[Dataset entries — start]

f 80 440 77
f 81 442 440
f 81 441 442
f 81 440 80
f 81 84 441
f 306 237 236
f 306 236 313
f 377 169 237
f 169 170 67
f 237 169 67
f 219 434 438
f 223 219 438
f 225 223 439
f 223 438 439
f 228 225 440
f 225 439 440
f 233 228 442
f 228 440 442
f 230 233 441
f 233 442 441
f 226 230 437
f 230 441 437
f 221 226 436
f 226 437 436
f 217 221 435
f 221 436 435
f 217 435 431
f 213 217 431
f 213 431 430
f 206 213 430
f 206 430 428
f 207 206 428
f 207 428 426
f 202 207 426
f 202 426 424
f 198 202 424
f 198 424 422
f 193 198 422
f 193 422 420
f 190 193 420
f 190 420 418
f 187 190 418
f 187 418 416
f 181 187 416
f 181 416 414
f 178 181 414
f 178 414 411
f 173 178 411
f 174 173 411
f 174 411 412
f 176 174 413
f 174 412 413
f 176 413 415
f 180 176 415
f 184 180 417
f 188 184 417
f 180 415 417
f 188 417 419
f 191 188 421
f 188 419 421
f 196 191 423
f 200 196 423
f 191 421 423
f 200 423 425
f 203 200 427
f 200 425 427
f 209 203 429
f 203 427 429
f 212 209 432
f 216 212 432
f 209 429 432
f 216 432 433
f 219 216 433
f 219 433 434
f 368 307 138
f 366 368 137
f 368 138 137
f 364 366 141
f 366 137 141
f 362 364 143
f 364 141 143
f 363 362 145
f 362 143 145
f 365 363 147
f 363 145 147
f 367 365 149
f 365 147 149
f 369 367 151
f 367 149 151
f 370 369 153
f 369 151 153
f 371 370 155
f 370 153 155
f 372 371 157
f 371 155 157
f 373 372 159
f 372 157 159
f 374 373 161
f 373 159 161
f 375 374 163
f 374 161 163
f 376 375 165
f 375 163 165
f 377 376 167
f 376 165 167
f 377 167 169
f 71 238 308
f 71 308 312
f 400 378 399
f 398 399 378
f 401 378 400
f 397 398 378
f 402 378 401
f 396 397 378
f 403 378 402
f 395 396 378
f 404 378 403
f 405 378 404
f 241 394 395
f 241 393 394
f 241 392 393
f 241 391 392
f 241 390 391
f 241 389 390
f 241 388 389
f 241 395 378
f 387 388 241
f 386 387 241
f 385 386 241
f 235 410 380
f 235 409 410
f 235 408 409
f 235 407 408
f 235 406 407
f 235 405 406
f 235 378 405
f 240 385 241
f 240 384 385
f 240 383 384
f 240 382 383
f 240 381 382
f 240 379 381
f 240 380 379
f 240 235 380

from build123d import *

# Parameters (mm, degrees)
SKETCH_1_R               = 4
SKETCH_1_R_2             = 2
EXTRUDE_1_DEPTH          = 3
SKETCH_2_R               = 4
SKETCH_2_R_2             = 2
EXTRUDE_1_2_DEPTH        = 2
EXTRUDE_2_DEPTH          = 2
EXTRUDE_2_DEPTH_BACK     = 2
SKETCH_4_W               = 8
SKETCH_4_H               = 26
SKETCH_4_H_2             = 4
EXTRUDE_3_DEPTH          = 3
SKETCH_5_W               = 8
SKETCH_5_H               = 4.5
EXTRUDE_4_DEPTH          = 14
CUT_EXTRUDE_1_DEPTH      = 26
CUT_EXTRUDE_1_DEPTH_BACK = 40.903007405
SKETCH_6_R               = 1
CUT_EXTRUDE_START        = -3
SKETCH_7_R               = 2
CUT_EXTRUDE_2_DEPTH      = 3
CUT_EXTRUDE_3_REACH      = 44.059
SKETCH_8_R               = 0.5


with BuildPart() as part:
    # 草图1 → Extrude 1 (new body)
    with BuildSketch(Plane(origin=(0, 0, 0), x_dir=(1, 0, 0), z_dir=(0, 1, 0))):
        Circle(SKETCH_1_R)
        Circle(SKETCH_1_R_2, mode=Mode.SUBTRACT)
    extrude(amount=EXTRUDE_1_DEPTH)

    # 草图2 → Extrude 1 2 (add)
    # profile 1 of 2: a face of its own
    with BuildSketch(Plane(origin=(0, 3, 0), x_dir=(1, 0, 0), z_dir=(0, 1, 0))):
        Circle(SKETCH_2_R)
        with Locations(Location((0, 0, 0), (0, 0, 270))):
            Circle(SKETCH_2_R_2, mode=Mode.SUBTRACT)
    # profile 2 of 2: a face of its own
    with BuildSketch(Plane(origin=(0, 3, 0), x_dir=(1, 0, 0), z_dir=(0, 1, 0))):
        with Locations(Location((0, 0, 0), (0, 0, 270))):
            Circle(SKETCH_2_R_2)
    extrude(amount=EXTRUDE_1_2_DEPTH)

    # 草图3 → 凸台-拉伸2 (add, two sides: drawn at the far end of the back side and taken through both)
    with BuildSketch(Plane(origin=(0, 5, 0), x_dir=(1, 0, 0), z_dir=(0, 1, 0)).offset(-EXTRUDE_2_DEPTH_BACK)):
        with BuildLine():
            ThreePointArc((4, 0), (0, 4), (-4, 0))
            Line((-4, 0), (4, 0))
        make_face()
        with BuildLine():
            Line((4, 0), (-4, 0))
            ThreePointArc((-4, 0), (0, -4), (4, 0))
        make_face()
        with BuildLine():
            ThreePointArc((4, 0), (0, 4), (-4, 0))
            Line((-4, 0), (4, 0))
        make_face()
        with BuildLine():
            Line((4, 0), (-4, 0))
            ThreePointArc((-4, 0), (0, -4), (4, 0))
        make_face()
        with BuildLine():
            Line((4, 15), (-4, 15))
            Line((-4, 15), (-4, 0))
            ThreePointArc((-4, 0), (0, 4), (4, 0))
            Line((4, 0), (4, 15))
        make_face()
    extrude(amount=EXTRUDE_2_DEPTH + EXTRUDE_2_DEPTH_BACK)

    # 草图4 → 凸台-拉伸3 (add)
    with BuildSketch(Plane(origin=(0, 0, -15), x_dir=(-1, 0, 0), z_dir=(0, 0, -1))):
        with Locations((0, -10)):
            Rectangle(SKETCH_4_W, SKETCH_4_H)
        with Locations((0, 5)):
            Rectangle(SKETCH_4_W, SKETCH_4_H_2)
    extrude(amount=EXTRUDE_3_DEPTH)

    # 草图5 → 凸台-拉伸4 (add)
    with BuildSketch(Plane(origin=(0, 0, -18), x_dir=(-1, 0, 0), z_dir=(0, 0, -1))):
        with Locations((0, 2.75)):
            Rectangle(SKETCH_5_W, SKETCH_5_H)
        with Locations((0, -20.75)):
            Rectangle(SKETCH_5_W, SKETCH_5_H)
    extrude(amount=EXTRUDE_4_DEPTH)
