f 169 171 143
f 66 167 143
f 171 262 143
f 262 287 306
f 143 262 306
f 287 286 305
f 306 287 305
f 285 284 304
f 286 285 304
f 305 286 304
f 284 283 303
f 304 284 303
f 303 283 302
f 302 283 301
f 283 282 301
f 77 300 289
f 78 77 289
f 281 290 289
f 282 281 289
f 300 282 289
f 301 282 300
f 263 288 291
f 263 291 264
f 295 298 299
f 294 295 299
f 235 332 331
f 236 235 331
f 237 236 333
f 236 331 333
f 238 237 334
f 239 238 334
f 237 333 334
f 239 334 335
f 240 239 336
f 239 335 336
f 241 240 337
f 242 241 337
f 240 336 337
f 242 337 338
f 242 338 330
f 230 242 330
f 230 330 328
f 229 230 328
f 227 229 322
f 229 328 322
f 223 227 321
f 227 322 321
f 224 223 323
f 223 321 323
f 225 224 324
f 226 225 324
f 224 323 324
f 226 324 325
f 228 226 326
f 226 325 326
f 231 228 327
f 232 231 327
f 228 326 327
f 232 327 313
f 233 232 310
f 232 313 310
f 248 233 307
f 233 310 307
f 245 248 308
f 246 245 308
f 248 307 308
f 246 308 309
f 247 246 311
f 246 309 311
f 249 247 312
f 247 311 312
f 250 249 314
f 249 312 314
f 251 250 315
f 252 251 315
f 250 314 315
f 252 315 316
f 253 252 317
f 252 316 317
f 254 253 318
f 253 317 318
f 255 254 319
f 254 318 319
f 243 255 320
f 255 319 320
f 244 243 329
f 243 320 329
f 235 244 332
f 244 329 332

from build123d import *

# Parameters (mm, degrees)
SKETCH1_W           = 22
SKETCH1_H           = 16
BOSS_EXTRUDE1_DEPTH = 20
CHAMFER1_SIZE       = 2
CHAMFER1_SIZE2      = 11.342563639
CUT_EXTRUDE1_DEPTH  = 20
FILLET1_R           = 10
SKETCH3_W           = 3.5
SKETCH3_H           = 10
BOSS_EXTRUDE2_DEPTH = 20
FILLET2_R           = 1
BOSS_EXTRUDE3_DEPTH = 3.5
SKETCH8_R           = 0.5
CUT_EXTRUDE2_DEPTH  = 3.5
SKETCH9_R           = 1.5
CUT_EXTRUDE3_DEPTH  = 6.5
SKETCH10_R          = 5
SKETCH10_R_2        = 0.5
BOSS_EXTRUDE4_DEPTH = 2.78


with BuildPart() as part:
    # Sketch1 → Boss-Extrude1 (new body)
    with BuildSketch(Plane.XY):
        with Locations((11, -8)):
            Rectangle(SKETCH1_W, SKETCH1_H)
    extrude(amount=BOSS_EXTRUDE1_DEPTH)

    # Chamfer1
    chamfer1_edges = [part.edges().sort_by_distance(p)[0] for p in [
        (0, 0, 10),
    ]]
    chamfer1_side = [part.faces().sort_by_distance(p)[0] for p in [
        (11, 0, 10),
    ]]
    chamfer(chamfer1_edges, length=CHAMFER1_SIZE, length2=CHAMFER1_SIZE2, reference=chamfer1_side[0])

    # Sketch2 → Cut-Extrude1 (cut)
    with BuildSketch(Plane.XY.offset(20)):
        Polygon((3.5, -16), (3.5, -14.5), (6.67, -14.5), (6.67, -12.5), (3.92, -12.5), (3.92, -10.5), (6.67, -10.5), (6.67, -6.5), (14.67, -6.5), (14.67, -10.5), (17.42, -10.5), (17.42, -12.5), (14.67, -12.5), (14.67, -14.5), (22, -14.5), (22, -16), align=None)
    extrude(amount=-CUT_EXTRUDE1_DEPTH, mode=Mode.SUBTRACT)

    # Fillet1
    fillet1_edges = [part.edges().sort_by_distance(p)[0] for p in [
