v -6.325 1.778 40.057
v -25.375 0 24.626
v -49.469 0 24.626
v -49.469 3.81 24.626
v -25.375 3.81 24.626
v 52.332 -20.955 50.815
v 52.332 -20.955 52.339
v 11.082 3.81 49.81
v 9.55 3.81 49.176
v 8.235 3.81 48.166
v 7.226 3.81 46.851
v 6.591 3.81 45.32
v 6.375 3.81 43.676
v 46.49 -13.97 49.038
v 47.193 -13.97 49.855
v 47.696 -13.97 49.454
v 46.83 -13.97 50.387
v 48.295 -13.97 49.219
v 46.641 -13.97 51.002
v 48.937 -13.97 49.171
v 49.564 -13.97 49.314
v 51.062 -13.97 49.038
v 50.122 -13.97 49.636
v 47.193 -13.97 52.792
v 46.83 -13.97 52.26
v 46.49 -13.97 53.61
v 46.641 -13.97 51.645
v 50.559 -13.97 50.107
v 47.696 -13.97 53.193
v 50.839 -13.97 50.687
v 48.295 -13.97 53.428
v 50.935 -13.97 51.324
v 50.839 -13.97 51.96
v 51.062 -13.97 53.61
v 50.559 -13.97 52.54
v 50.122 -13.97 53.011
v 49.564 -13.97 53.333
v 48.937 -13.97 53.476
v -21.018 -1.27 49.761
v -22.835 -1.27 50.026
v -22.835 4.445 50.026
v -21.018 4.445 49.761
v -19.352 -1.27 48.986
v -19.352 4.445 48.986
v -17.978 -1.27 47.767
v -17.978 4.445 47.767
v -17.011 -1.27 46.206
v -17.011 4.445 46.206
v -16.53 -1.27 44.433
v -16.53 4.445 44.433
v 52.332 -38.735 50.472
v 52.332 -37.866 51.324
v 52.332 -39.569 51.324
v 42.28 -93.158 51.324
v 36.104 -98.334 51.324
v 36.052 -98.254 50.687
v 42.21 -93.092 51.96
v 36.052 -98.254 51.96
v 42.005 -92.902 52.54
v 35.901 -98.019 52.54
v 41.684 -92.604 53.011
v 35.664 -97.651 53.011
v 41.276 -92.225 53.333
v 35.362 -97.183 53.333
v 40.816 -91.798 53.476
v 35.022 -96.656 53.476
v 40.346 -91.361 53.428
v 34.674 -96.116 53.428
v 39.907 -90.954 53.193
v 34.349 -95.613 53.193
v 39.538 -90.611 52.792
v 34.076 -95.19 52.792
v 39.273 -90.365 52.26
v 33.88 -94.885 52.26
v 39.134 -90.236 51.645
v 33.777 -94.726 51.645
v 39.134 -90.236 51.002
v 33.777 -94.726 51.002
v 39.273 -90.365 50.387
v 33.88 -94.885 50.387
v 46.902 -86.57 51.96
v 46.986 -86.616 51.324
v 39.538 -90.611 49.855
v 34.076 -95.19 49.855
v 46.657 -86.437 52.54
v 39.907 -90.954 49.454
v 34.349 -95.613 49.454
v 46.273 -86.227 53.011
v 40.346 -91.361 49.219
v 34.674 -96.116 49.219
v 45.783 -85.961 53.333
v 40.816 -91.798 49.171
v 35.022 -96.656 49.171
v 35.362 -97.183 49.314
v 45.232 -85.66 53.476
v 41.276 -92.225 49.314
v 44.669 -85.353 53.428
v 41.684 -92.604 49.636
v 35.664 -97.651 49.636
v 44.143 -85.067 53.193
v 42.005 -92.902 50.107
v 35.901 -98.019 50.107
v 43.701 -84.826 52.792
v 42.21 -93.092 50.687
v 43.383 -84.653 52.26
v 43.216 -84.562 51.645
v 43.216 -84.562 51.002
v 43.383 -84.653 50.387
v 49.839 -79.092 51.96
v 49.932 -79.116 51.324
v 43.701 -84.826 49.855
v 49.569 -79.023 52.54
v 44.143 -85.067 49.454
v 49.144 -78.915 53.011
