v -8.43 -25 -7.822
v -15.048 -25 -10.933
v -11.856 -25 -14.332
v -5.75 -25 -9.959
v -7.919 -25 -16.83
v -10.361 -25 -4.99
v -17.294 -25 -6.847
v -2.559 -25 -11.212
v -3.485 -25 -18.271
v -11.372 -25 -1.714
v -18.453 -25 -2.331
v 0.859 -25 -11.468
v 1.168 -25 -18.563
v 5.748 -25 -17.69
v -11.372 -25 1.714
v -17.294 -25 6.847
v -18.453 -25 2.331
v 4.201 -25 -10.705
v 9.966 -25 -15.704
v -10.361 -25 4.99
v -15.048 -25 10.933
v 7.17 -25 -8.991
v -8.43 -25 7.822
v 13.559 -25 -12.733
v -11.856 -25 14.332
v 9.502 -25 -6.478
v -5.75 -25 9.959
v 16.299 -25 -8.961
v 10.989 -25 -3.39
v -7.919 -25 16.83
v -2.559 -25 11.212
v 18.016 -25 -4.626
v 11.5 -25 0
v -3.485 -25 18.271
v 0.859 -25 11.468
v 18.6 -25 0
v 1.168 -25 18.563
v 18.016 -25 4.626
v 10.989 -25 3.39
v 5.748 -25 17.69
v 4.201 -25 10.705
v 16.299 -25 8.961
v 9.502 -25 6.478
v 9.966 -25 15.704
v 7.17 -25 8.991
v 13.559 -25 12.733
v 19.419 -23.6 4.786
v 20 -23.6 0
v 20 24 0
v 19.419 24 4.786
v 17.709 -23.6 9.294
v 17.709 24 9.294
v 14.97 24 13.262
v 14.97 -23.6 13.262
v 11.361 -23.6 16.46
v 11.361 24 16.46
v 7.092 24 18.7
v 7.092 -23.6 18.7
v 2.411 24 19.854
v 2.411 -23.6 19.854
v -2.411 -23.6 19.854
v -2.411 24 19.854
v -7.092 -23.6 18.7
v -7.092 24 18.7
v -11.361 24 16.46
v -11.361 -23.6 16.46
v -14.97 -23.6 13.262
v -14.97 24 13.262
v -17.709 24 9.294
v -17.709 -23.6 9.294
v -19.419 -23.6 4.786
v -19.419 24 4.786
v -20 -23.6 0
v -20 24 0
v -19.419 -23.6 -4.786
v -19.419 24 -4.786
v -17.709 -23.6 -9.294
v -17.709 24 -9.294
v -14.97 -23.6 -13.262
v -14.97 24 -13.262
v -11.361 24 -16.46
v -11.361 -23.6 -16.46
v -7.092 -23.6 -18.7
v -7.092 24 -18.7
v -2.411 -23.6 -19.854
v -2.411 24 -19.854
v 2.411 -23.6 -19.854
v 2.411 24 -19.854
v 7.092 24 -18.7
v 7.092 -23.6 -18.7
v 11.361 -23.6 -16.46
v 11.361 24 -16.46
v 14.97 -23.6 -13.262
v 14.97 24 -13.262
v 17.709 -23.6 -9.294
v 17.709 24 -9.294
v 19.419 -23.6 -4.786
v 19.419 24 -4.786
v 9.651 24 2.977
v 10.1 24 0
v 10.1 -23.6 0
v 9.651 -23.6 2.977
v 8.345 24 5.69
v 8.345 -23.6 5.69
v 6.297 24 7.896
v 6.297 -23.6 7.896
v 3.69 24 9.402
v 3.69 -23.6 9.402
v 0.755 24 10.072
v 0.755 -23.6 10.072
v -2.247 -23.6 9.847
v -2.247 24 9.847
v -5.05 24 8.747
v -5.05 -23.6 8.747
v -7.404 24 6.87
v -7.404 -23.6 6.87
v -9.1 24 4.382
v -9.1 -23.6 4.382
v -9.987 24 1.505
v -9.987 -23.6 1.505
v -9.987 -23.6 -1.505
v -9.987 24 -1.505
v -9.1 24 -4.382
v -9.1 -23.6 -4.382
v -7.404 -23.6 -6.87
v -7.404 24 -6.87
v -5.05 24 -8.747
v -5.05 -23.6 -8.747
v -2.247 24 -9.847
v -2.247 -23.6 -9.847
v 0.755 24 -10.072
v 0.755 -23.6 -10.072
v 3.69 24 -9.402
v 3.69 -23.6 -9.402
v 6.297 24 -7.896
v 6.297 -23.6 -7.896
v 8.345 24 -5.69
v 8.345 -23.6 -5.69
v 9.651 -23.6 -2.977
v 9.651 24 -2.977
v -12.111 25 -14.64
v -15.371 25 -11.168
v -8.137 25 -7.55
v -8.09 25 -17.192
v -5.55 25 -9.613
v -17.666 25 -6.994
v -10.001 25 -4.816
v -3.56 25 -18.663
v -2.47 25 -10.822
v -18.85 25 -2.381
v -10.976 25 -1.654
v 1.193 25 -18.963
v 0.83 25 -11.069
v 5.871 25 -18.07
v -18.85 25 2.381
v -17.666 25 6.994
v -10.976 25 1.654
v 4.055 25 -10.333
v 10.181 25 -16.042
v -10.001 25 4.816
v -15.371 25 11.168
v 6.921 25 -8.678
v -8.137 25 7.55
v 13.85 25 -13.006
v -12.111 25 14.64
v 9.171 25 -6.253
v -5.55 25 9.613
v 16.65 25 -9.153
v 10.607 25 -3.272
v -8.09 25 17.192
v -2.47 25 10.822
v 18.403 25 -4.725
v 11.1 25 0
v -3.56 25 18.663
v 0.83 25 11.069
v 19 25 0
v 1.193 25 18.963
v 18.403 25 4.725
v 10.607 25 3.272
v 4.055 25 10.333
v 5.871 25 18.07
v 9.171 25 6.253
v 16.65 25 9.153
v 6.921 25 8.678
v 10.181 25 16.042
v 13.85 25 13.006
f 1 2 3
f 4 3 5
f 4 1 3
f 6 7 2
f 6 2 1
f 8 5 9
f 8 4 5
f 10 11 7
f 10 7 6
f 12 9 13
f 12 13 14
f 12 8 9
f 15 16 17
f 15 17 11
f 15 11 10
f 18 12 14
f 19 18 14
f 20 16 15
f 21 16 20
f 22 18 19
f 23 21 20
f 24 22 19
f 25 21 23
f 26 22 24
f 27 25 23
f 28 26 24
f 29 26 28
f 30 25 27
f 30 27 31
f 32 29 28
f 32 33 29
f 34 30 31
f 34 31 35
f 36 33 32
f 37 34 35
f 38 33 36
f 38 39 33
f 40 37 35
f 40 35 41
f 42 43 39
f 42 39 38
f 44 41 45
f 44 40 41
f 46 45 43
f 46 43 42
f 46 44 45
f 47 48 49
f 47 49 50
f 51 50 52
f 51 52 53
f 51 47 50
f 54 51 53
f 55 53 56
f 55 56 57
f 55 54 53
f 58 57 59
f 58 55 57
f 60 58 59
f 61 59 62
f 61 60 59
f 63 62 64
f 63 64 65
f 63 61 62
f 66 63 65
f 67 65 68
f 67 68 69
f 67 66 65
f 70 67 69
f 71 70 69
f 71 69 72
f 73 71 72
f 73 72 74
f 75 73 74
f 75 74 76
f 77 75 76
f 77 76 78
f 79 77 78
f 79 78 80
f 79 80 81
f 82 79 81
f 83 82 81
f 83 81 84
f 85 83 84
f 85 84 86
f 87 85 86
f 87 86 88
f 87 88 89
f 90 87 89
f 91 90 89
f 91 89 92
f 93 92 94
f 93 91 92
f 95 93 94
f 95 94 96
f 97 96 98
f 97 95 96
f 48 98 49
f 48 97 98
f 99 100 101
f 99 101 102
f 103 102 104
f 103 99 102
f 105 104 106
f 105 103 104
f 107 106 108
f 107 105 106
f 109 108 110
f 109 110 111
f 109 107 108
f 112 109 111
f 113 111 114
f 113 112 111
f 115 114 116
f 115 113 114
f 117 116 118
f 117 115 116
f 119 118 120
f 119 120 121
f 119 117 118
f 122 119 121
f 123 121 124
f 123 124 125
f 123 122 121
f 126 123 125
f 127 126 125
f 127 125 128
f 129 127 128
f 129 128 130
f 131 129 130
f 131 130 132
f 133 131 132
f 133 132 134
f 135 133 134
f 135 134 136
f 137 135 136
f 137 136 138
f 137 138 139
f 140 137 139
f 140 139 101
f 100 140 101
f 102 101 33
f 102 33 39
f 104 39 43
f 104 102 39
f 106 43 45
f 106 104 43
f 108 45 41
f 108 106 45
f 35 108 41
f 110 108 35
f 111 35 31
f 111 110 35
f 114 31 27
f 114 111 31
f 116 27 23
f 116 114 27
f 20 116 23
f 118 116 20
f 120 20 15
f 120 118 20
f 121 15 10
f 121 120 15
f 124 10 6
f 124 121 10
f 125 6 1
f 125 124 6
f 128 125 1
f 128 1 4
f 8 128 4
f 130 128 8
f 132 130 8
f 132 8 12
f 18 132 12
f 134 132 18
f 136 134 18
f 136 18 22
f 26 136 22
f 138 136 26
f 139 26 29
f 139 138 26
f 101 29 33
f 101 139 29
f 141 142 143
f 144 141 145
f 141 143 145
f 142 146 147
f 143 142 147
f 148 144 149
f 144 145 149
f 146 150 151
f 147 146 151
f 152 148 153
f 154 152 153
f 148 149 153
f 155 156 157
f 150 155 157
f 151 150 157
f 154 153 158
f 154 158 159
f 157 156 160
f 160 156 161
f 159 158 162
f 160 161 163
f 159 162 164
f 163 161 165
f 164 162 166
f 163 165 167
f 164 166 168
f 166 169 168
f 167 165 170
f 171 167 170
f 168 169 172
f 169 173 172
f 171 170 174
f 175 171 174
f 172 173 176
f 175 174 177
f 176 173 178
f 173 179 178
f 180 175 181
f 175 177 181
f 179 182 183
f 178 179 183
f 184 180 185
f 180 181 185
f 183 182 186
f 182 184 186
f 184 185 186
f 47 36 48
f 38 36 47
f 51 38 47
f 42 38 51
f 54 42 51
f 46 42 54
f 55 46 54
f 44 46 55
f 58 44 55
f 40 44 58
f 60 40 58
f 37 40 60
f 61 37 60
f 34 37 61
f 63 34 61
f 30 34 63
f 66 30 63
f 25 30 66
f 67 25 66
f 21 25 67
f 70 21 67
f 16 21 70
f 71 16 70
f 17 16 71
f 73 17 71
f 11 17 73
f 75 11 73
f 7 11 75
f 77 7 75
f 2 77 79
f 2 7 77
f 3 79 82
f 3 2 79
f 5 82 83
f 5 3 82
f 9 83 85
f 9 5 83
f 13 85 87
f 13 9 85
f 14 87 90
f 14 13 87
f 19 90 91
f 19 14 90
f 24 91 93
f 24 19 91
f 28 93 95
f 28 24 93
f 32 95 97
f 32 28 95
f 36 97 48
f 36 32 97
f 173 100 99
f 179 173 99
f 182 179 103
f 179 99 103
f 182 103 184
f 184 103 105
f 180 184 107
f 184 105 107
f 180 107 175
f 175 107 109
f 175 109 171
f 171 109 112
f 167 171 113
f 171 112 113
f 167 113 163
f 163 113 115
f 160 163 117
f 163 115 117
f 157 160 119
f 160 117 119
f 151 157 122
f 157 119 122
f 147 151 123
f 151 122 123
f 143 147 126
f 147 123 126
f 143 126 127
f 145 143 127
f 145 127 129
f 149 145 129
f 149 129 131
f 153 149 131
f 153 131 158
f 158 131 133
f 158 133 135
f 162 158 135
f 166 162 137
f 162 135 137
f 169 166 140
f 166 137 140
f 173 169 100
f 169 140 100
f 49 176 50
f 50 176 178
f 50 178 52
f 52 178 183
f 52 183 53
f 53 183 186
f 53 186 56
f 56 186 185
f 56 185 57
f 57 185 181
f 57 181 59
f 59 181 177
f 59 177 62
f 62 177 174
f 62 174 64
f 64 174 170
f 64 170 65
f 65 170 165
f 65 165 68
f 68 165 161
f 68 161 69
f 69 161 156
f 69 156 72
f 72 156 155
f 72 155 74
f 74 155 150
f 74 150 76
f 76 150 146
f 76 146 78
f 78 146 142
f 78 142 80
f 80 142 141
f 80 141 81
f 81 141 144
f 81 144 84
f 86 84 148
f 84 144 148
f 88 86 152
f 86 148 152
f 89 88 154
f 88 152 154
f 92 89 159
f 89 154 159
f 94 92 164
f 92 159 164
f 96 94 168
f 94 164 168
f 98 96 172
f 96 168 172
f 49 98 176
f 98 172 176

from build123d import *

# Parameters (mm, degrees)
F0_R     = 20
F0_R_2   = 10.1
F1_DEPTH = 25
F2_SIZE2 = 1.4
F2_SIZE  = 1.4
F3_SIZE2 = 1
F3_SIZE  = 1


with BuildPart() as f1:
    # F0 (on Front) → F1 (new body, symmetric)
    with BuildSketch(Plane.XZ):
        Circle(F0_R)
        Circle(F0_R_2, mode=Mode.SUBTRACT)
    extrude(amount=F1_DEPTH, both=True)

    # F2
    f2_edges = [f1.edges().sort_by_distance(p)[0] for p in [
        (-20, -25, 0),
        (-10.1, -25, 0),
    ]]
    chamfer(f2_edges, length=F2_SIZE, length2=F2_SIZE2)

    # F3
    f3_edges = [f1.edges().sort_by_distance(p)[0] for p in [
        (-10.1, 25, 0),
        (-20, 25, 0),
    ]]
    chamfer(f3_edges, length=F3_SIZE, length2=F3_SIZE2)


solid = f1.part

[Dataset entries — finish]

Activity: Please reproduce, exactly as they appear above, the lines from the line containing "v 0.755 24 -10.072" up to and including the line containing "f 119 117 118".

Solved problem:
v 0.755 24 -10.072
v 0.755 -23.6 -10.072
v 3.69 24 -9.402
v 3.69 -23.6 -9.402
v 6.297 24 -7.896
v 6.297 -23.6 -7.896
v 8.345 24 -5.69
v 8.345 -23.6 -5.69
v 9.651 -23.6 -2.977
v 9.651 24 -2.977
v -12.111 25 -14.64
v -15.371 25 -11.168
v -8.137 25 -7.55
v -8.09 25 -17.192
v -5.55 25 -9.613
v -17.666 25 -6.994
v -10.001 25 -4.816
v -3.56 25 -18.663
v -2.47 25 -10.822
v -18.85 25 -2.381
v -10.976 25 -1.654
v 1.193 25 -18.963
v 0.83 25 -11.069
v 5.871 25 -18.07
v -18.85 25 2.381
v -17.666 25 6.994
v -10.976 25 1.654
v 4.055 25 -10.333
v 10.181 25 -16.042
v -10.001 25 4.816
v -15.371 25 11.168
v 6.921 25 -8.678
v -8.137 25 7.55
v 13.85 25 -13.006
v -12.111 25 14.64
v 9.171 25 -6.253
v -5.55 25 9.613
v 16.65 25 -9.153
v 10.607 25 -3.272
v -8.09 25 17.192
v -2.47 25 10.822
v 18.403 25 -4.725
v 11.1 25 0
v -3.56 25 18.663
v 0.83 25 11.069
v 19 25 0
v 1.193 25 18.963
v 18.403 25 4.725
v 10.607 25 3.272
v 4.055 25 10.333
v 5.871 25 18.07
v 9.171 25 6.253
v 16.65 25 9.153
v 6.921 25 8.678
v 10.181 25 16.042
v 13.85 25 13.006
f 1 2 3
f 4 3 5
f 4 1 3
f 6 7 2
f 6 2 1
f 8 5 9
f 8 4 5
f 10 11 7
f 10 7 6
f 12 9 13
f 12 13 14
f 12 8 9
f 15 16 17
f 15 17 11
f 15 11 10
f 18 12 14
f 19 18 14
f 20 16 15
f 21 16 20
f 22 18 19
f 23 21 20
f 24 22 19
f 25 21 23
f 26 22 24
f 27 25 23
f 28 26 24
f 29 26 28
f 30 25 27
f 30 27 31
f 32 29 28
f 32 33 29
f 34 30 31
f 34 31 35
f 36 33 32
f 37 34 35
f 38 33 36
f 38 39 33
f 40 37 35
f 40 35 41
f 42 43 39
f 42 39 38
f 44 41 45
f 44 40 41
f 46 45 43
f 46 43 42
f 46 44 45
f 47 48 49
f 47 49 50
f 51 50 52
f 51 52 53
f 51 47 50
f 54 51 53
f 55 53 56
f 55 56 57
f 55 54 53
f 58 57 59
f 58 55 57
f 60 58 59
f 61 59 62
f 61 60 59
f 63 62 64
f 63 64 65
f 63 61 62
f 66 63 65
f 67 65 68
f 67 68 69
f 67 66 65
f 70 67 69
f 71 70 69
f 71 69 72
f 73 71 72
f 73 72 74
f 75 73 74
f 75 74 76
f 77 75 76
f 77 76 78
f 79 77 78
f 79 78 80
f 79 80 81
f 82 79 81
f 83 82 81
f 83 81 84
f 85 83 84
f 85 84 86
f 87 85 86
f 87 86 88
f 87 88 89
f 90 87 89
f 91 90 89
f 91 89 92
f 93 92 94
f 93 91 92
f 95 93 94
f 95 94 96
f 97 96 98
f 97 95 96
f 48 98 49
f 48 97 98
f 99 100 101
f 99 101 102
f 103 102 104
f 103 99 102
f 105 104 106
f 105 103 104
f 107 106 108
f 107 105 106
f 109 108 110
f 109 110 111
f 109 107 108
f 112 109 111
f 113 111 114
f 113 112 111
f 115 114 116
f 115 113 114
f 117 116 118
f 117 115 116
f 119 118 120
f 119 120 121
f 119 117 118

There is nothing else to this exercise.